BEGIN Input material

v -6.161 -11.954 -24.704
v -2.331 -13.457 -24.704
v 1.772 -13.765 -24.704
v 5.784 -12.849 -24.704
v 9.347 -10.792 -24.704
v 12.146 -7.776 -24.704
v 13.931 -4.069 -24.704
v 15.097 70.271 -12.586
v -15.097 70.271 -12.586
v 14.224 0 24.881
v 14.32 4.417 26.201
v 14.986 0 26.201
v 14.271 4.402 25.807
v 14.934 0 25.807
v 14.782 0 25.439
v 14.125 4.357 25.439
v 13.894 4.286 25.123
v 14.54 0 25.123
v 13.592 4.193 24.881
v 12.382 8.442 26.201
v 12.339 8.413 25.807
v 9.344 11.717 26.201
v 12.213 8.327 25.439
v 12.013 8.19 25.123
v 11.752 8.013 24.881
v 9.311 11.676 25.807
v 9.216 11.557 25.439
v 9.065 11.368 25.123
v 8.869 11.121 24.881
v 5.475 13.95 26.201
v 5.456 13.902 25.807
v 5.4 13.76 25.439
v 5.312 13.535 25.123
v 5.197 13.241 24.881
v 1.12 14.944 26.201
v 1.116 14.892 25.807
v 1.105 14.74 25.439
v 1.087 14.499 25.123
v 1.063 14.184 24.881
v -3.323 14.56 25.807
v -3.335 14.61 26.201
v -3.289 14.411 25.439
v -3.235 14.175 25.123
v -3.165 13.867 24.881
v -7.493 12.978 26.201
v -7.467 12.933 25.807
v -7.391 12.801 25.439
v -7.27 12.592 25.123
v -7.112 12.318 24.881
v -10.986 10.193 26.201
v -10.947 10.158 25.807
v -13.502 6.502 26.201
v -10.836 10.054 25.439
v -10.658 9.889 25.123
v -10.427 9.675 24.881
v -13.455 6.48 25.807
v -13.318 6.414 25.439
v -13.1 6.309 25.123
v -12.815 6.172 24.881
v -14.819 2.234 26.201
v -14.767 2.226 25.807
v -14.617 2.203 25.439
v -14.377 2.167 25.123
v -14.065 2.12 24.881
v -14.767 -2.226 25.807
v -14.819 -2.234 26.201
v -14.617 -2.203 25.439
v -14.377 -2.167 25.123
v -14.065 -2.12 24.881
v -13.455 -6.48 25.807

END Input material

→ Problem statement
Using the records above, copy exactly the lines from the one containing "v -14.377 -2.167 25.123" through the last, inclusive, and nothing else.

→ Written solution
v -14.377 -2.167 25.123
v -14.065 -2.12 24.881
v -13.455 -6.48 25.807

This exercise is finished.